Reuse and Circularity

Potential For Water Resuse

Urban areas, especially in the Global South, are expanding rapidly. This growth brings increasing pressure on water resources, making water security a pressing concern. According to WWF’s 2020 scenario analysis, regions facing high water risk could rise from 17% in 2020 to 51% by 2050. In India, this is particularly alarming—by 2050, nearly half the population is expected to live in cities. Already, over 600 million people face high to extreme water stress, and by 2030, the national demand is projected to be twice the available supply. With just 4% of the world’s freshwater resources supporting 18% of the global population, India must adopt circular approaches to manage water more sustainably.

Unlocking the Potential of Wastewater Reuse

Treated wastewater has immense potential to meet irrigation and industrial demands.

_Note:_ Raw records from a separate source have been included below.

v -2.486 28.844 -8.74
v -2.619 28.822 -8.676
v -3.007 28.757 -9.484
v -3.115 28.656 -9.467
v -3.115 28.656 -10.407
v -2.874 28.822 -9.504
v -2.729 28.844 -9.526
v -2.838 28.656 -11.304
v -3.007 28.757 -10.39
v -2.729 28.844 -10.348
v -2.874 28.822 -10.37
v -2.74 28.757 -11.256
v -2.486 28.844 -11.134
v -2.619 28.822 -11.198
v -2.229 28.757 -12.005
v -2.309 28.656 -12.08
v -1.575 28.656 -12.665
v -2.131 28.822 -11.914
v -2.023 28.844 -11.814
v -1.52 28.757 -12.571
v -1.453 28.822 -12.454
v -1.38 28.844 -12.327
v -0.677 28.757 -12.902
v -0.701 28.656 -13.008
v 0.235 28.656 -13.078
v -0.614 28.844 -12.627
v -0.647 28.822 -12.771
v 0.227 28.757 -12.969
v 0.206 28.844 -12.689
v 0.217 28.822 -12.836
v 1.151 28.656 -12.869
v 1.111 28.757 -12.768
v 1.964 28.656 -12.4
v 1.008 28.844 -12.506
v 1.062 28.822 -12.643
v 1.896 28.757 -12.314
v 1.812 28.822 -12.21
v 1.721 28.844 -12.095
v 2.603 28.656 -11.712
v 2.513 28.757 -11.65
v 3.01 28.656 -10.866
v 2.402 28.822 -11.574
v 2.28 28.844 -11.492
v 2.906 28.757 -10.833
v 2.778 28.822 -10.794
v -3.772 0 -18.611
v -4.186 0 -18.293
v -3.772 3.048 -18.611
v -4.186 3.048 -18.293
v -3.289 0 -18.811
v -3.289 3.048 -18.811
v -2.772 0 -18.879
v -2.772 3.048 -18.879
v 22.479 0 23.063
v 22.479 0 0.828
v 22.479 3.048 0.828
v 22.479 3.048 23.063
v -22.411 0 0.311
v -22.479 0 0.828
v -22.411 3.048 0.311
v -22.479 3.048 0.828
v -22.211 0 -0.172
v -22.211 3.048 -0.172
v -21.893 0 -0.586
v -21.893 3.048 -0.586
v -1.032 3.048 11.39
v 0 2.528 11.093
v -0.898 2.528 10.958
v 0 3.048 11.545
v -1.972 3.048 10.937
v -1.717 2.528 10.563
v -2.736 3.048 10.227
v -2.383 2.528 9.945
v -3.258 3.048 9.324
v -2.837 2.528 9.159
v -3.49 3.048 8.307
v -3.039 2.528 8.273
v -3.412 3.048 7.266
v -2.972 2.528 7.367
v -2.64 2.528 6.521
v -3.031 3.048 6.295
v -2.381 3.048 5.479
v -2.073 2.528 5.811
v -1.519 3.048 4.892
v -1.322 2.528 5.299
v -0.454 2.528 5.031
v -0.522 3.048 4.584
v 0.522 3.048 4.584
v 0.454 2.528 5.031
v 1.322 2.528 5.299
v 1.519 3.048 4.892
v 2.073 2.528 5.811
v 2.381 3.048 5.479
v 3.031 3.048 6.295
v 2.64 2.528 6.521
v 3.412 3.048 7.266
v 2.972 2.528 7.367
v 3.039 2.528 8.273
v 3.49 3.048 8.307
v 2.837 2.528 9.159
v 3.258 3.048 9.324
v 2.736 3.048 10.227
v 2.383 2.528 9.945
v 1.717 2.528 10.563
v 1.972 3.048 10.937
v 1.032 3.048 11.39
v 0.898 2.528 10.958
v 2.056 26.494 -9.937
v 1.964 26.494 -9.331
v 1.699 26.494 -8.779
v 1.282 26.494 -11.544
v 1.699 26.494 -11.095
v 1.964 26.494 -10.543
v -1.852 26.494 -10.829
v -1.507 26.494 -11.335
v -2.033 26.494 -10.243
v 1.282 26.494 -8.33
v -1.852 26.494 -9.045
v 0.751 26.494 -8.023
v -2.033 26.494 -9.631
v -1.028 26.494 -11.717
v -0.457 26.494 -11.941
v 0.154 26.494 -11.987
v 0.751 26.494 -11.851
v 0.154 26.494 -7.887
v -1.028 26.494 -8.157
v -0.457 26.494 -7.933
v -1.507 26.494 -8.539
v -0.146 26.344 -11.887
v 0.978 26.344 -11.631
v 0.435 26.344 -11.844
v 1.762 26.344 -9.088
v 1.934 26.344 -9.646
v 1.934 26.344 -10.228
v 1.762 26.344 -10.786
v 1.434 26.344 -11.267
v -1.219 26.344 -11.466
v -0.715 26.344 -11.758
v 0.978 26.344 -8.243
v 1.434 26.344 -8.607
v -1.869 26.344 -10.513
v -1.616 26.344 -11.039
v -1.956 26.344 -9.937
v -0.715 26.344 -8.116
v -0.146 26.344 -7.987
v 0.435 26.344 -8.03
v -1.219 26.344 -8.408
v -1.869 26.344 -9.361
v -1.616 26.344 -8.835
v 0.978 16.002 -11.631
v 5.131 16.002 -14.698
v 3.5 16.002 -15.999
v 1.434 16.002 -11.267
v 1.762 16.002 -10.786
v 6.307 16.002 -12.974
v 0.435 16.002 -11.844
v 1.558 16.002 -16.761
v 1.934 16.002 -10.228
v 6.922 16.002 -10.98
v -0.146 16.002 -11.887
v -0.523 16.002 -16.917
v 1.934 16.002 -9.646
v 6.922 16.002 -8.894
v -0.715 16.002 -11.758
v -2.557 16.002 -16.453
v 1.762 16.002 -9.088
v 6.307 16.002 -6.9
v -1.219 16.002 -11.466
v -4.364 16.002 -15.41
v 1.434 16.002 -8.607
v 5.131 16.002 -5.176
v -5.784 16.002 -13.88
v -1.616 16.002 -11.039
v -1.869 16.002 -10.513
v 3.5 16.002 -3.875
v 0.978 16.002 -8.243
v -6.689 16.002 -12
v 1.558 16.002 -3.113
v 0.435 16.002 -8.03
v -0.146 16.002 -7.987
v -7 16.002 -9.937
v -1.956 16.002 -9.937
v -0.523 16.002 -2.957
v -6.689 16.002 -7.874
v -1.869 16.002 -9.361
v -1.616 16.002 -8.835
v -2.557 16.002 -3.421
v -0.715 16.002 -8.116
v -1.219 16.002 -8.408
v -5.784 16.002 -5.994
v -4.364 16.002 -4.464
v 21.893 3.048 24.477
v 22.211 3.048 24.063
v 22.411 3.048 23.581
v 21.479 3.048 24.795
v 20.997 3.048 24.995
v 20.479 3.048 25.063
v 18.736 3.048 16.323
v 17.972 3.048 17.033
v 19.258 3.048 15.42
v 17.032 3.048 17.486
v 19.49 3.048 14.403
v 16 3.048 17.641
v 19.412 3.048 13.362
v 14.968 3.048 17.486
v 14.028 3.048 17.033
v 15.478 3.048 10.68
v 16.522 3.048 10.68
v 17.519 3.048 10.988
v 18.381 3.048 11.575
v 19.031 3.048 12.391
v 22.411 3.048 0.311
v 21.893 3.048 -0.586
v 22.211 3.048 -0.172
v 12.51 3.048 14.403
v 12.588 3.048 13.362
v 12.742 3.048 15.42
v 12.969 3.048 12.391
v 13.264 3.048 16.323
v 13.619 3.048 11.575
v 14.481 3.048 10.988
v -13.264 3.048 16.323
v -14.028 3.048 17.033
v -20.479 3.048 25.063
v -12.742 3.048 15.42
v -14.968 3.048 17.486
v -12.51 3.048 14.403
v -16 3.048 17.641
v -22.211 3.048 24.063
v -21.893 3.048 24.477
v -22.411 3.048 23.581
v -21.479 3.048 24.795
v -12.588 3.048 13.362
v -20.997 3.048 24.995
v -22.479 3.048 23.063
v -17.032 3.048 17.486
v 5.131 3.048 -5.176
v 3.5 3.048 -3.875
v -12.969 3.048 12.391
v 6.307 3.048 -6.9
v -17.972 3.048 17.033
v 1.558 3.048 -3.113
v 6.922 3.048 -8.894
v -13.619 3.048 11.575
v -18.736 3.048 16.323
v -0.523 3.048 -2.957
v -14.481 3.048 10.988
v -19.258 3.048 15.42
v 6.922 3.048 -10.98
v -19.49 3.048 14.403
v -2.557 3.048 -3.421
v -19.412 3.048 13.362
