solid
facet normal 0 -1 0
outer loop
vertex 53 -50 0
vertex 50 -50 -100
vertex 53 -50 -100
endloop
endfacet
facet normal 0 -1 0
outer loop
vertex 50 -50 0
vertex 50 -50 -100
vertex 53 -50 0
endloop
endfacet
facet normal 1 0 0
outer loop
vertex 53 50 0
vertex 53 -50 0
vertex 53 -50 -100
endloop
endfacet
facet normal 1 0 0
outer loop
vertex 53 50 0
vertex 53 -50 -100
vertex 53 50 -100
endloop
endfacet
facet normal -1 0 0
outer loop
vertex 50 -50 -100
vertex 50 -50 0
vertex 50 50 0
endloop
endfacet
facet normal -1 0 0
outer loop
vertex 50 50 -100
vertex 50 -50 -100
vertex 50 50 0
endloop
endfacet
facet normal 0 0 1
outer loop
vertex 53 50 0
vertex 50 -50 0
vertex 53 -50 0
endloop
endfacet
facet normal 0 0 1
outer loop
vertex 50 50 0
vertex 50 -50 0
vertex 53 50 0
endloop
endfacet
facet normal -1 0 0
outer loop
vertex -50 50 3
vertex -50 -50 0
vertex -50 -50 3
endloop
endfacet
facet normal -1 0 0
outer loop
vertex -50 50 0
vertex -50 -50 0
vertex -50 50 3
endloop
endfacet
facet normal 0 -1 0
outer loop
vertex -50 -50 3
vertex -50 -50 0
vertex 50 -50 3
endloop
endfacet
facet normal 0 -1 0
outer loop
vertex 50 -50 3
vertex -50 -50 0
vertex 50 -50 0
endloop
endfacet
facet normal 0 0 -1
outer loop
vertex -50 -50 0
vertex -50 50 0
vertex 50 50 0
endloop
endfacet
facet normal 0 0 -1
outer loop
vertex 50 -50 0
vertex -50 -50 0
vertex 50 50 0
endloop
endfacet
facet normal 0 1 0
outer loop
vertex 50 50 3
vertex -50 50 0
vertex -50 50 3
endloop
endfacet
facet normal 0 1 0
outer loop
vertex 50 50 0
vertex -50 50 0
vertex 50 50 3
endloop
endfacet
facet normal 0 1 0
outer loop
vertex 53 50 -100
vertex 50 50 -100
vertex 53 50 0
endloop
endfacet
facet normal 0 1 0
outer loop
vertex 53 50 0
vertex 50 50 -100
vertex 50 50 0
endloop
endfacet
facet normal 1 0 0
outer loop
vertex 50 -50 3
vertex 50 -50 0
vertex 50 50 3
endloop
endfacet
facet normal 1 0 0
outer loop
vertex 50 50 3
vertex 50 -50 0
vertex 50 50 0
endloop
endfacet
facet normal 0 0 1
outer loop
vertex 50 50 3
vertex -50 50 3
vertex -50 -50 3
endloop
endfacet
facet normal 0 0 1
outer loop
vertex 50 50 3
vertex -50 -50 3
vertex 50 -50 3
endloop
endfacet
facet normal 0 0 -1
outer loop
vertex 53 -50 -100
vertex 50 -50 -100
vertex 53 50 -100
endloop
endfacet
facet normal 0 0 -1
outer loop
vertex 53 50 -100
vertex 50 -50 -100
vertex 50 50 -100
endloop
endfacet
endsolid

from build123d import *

# Parameters (mm, degrees)
F2_W     = 100
F2_H     = 100
F3_DEPTH = 3
F4_W     = 100
F4_H     = 100
F5_DEPTH = 3


with BuildPart() as f3:
    # F2 (on offset) → F3 (new body)
    with BuildSketch(Plane.YZ.offset(50)):
        with Locations((0, -50)):
            Rectangle(F2_W, F2_H)
    extrude(amount=F3_DEPTH)


with BuildPart() as f5:
    # F4 (on Top) → F5 (new body)
    with BuildSketch(Plane.XY):
        Rectangle(F4_W, F4_H)
    extrude(amount=F5_DEPTH)


solid = Compound([f3.part, f5.part])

In urban neighbourhoods and residential complexes, 20–40% of wastewater can be reused for flushing and landscaping. Yet, less than 10% of India’s wastewater is currently reused—posing both a challenge and a significant opportunity.

Reusing treated wastewater:

  • Reduces freshwater extraction, helping to conserve critical water reserves.
  • Lowers energy use and GHG emissions, especially from groundwater pumping and long-distance water transfers. Studies suggest that wastewater reuse in Indian agriculture could reduce over 1 million tonnes of CO-equivalent emissions.
  • Improves affordability, reducing the financial burden of water supply systems.

Decentralised and Context-Specific Treatment

Reuse becomes more viable and cost-effective when treatment happens close to the source. As the distance increases, the feasibility and economics of reuse become challenging. Therefore, decentralised treatment infrastructure—tailored to local demands for irrigation, industry, landscaping, recharge, and flushing—is crucial.

Instead of standardised systems, context-specific treatment technologies should be promoted. Current decisions are often driven by capital expenditure alone, overlooking long-term sustainability and adaptability.

While India has a wide range of treatment technologies, conventional systems dominate. Policies on wastewater reuse remain fragmented and lack holistic implementation. A shift in both planning and governance is essential to unlock the full potential of reuse and ensure long-term water security.

Tapping the Value of Treated Sludge

India’s sewage treatment plants generate a large volume of sludge—over 100,000 tonnes annually, according to MoHUA data. With 50% treatment coverage, this could rise to 186,000 tonnes. Rich in nutrients like nitrogen, phosphorus, and potassium (NPK), treated sludge can replace up to 4,500 tonnes of urea per day, offering a sustainable alternative to chemical fertilisers.

  • Supports soil health: India’s average soil organic carbon content is just 0.3%, far below healthy levels.
  • Enhances crop yield: Especially critical for small farmers grappling with high input costs and water scarcity.
  • Reduces GHG emissions: Sustainable fertiliser alternatives can mitigate the climate impacts of industrial agriculture.
  • Addresses future shortages: With global phosphorus reserves depleting, sewage sludge offers a viable alternative.
CDD India’s Commitment to Resource Recovery

For over 20 years, CDD India has championed resource recovery from human waste through its flagship initiative: Closing the Loop.

Key examples include:

  • Treated water reuse for flushing in multi-apartment buildings.
  • Suvidha Centre @ Ghatkopar, where treated greywater supports community toilet facilities in informal settlements.
  • Co-composting at Devanahalli FSTP, enabling safe sale of treated faecal sludge.
  • Urban greening through the reuse of treated water in over 100 landscape and garden projects.
  • NEXUS approach linking sanitation with food and water security for small communities.
  • Phosphorus recovery research from treated wastewater for circular fertiliser use.